J. Scott Applewhite/AP
House Speaker John Boehner of Ohio gestures while speaking during a Feb. 6 news conference on Capitol Hill.
J. Scott Applewhite/AP
Will the real John Boehner please stand up?
Just a dozen days ago, Speaker Boehner and his GOP leadership team embraced a set of principles for updating the nation's immigration laws.
In that moment, the House seemed about to acknowledge the most pressing issue before the Congress – the elephant in the room, if you will. But then, last week, the Ohio Republican who presides over the House majority went public with grave doubts about the feasibility of that overhaul.
Why the whiplash? Boehner said a thorough-going revamp could not be done because House Republicans did not trust President Obama to carry it out once enacted. That could be a reason not to pass any legislation of any kind on any subject, of course, but Boehner seemed to lack an alternative explanation. He did not want to say that the wind had shifted after just one week.
The truth is, the wind had shifted; and it had taken only a weekend. Within hours of leadership bringing forth its principles on Jan. 30, they were being denounced by conservative activists, bloggers and radio talk shows. The central objection: the idea that those now in the country illegally should have a path, albeit a difficult one, to legal status.
To be clear, this was not a path to citizenship, with full rights and voting privileges. This was a path to not being arrested and deported. But that notion was immediately labeled amnesty for lawbreakers. And if there is one thing we've learned from every effort toward immigration reform since 1986, once the amnesty charge sticks the bill is dead. This time, the amnesty charge appears to have been fatal before the bill was even a bill.
It can surely be argued that the terms of the Jan. 30 principles had little in common with the 1986 legislation, which did mean amnesty for millions. But Boehner did not make that argument. He scarcely mounted a defense at all.
So will the real John Boehner stand up? Probably not. He's just had his legs cut out from under him.
Democrats immediately seized the moment as proof Boehner never really intended to press ahead on immigration this year. New York Democrat Charles Schumer, one of the authors of the 2013 deal by which the Senate passed a bipartisan immigration overhaul, saw Boehner's "can't trust Obama" riff as a bluff. Fine, Schumer said, pass the law and make it effective on Jan. 20, 2017, the day Obama leaves office.
Or did you mean you wouldn't trust any president to enforce the law?
It could be that Boehner is merely playing for time. Having offered a bit of an overture to immigrant groups on one hand, he then placates his intraparty protestors on the other. Time will pass, the issue will languish for another year and the Senate bill will die with the 113th Congress.

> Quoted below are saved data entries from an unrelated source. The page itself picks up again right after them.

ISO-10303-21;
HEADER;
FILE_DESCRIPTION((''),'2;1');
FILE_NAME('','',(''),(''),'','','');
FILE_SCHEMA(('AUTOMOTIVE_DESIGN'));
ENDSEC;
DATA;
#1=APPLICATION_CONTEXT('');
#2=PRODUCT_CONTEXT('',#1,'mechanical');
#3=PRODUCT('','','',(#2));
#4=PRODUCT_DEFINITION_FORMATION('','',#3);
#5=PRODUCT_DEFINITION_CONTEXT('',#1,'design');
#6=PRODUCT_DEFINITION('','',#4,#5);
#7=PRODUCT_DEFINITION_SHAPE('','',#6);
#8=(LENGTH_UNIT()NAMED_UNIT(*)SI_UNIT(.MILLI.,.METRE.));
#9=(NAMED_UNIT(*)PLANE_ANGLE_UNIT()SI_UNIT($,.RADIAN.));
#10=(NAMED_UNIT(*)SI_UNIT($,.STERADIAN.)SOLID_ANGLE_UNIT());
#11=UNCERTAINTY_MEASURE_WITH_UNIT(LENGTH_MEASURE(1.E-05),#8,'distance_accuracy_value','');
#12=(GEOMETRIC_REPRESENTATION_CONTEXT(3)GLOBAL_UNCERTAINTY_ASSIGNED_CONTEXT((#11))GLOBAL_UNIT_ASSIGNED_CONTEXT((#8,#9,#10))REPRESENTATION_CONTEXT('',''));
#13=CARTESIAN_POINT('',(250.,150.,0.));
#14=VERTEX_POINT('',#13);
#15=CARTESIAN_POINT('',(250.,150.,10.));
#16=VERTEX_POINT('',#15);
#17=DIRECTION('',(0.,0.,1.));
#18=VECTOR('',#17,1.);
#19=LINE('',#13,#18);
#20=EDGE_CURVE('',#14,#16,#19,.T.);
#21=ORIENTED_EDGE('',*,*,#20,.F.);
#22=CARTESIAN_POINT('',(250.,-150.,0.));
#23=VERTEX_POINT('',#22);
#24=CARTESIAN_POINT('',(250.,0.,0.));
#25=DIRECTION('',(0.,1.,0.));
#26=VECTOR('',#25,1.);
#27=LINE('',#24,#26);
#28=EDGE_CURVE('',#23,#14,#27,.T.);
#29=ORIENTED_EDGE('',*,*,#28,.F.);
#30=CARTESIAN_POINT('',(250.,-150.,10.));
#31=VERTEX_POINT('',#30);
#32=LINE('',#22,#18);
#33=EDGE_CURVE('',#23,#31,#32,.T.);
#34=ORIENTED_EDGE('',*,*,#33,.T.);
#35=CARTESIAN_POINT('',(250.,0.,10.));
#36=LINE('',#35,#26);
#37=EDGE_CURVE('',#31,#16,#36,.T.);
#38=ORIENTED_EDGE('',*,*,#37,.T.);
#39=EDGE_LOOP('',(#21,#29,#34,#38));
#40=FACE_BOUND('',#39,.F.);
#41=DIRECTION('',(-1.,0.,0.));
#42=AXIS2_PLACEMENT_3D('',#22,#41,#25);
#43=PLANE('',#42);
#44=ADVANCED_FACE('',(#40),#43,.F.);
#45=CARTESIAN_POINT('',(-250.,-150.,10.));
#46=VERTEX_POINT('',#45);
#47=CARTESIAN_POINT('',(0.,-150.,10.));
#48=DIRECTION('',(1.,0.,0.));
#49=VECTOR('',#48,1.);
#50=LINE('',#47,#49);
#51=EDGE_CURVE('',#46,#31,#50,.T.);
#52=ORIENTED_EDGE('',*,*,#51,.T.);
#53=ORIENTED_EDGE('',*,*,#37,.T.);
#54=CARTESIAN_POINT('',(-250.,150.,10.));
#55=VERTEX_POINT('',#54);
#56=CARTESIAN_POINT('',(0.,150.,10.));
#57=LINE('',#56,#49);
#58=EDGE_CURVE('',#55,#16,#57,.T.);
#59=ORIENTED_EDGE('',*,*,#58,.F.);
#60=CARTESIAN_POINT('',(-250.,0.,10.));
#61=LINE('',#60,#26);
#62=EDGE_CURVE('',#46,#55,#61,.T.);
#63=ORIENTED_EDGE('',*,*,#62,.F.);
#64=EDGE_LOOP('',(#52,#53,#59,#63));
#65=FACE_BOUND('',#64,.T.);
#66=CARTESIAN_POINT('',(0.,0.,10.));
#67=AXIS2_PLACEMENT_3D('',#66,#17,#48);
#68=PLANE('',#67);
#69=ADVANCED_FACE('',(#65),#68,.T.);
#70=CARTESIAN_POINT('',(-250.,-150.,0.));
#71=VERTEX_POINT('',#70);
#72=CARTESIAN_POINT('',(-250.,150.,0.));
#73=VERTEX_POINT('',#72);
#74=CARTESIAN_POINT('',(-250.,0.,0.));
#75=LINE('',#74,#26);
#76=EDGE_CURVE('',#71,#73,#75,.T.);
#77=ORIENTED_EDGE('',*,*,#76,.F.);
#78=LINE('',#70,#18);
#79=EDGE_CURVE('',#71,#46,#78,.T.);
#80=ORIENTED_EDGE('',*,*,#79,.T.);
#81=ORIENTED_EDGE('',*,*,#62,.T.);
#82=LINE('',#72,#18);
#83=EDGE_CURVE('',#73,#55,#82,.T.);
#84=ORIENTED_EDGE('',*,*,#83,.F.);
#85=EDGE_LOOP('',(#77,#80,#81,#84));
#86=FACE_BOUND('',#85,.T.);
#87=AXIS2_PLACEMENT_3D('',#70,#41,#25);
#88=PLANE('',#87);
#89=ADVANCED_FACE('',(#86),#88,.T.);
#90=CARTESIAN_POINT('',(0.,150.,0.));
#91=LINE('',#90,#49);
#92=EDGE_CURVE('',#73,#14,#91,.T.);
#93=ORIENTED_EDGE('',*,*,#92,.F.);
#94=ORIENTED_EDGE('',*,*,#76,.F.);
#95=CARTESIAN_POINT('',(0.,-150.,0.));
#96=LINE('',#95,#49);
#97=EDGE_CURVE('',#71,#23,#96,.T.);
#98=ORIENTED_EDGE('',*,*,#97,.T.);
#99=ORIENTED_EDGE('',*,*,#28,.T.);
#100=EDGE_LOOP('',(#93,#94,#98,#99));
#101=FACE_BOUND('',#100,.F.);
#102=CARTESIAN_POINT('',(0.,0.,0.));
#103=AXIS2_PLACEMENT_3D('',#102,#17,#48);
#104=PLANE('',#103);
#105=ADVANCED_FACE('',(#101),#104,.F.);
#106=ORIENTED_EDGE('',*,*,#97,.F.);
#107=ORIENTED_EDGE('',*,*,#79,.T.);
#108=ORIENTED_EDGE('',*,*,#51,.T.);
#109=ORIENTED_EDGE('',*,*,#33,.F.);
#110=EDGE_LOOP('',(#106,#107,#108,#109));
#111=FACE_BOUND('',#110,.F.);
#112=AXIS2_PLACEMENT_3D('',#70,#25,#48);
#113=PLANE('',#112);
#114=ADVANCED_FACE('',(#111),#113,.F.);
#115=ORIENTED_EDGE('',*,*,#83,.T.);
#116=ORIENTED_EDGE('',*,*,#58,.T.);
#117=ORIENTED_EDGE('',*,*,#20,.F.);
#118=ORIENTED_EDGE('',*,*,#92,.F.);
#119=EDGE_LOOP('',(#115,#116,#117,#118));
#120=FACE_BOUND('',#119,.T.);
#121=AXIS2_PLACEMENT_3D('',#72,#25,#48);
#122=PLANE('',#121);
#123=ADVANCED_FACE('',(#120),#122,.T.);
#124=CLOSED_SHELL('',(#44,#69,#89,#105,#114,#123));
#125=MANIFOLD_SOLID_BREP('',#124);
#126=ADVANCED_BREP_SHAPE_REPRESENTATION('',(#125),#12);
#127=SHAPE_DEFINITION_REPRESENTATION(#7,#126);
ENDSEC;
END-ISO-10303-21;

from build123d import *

# Parameters (mm, degrees)
SKETCH_W  = 500
SKETCH_H  = 300
PAD_DEPTH = 10


with BuildPart() as part:
    # Sketch → Pad (new body)
    with BuildSketch(Plane.XY):
        Rectangle(SKETCH_W, SKETCH_H)
    extrude(amount=PAD_DEPTH)


solid = part.part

Next year, there will be more Republicans in the Senate — perhaps even a Republican majority. Then the GOP could update the nation's decrepit immigration laws in a fashion more to its liking. And if that fashion has some appeal for the target immigrant groups — the Hispanics and Asians who voted more than 70% for Obama in 2012 – then it makes some sense to do it closer to the presidential election of 2016.

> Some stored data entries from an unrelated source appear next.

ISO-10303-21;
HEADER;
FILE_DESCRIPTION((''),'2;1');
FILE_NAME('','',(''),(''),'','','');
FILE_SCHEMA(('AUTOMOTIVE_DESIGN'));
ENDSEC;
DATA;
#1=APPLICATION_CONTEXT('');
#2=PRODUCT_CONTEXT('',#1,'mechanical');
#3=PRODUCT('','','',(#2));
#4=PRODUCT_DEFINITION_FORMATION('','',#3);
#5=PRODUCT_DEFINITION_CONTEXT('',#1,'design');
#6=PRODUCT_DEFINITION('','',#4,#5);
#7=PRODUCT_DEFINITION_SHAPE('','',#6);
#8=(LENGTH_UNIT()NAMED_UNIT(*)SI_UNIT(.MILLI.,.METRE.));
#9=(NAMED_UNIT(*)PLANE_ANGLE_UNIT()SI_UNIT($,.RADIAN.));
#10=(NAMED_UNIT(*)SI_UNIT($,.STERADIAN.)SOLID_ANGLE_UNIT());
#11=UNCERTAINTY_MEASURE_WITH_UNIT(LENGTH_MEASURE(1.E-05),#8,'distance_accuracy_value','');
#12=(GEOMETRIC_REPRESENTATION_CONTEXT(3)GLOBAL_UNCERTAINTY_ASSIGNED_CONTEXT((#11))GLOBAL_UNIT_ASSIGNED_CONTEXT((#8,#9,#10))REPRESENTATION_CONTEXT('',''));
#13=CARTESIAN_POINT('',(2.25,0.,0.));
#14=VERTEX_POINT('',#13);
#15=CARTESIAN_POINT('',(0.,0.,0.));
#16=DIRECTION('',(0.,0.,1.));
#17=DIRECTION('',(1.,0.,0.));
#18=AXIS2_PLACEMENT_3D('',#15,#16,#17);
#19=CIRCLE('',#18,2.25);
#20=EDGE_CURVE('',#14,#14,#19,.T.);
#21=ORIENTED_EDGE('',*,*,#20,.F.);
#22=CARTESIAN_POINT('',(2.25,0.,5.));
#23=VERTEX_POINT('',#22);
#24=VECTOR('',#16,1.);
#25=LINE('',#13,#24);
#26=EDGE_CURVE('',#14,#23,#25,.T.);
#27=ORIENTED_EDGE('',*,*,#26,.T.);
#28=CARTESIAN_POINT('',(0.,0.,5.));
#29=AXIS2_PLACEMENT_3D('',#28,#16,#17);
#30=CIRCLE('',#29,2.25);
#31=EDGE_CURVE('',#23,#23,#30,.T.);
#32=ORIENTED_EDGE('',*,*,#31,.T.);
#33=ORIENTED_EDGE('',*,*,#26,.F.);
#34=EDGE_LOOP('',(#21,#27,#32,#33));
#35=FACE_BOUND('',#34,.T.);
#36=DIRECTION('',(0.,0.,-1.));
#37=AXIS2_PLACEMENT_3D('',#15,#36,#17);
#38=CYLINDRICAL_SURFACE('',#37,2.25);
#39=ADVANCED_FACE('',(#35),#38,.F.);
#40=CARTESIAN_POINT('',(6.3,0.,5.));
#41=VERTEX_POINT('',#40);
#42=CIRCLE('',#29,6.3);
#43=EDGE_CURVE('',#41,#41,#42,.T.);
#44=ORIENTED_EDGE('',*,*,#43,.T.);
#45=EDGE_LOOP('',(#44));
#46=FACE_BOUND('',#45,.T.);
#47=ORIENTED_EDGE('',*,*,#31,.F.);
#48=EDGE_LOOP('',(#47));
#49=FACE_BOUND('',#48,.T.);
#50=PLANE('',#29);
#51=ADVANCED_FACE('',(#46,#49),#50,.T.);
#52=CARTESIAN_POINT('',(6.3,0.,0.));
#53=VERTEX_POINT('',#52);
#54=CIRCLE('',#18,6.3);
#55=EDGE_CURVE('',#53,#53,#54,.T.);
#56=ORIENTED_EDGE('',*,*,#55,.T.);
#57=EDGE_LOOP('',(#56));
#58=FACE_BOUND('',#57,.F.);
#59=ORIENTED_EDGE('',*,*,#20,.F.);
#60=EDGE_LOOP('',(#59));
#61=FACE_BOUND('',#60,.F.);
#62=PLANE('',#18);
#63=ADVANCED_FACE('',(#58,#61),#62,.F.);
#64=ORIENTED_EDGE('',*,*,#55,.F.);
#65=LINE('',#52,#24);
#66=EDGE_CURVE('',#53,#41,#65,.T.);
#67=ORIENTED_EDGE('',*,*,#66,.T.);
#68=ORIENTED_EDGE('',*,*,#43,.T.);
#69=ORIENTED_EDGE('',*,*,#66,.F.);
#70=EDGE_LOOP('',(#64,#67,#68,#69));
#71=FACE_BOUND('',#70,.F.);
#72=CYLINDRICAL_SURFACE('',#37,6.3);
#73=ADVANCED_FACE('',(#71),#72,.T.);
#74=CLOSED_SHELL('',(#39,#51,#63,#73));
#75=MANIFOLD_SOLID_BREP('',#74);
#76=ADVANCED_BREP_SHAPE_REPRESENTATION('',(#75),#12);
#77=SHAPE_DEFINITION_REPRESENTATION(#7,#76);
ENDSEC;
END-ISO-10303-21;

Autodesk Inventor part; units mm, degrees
ref_plane "YZ Plane" through (0, 0, 0) normal (1, 0, 0) x (0, 1, 0)
ref_plane "XZ Plane" through (0, 0, 0) normal (0, 1, 0) x (-1, 0, 0)
ref_plane "XY Plane" through (0, 0, 0) normal (0, 0, 1) x (1, 0, 0)
sketch "Sketch1" plane through (0, 0, 0) normal (0, 0, 1) x (1, 0, 0)
  circle A0 centre (0, 0) radius 6.3
  circle A1 centre (0, 0) radius 2.25
  dimension "d0" = 12.6
  dimension "d1" = 4.5
extrude "Extrusion1" add sketch "Sketch1" along normal blind 5
properties part number "bearing for tensioner head"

That all makes for good politics, except that whenever the GOP leadership really does get serious about immigration, it will still have to face its rank and file's aversion to anything that smacks of amnesty. Some say that aversion may be abating, but if so it was not evident last week in the blogosphere.
In all likelihood, Boehner understands the great opportunity his party is in danger of wasting. If Republicans offered some form of legalization, polls and other evidence suggest most immigrants would go for it. They want the chance to become citizens eventually, to be sure, but for the moment the most pressing need is the legal right to live and work here. One step at a time.
And if Democrats blocked such a legalization bill, holding out for citizenship, they could be cast as the obstructionists. They might well blunt their advantage with immigrant voters – now and for some time to come. It would, at the very least, pose an excruciating choice.
The chance to force the Democrats into that box would seem awfully tempting. The Speaker has seemed, at times, tempted. But so far at least, the watchdogs to his right have kept him from yielding.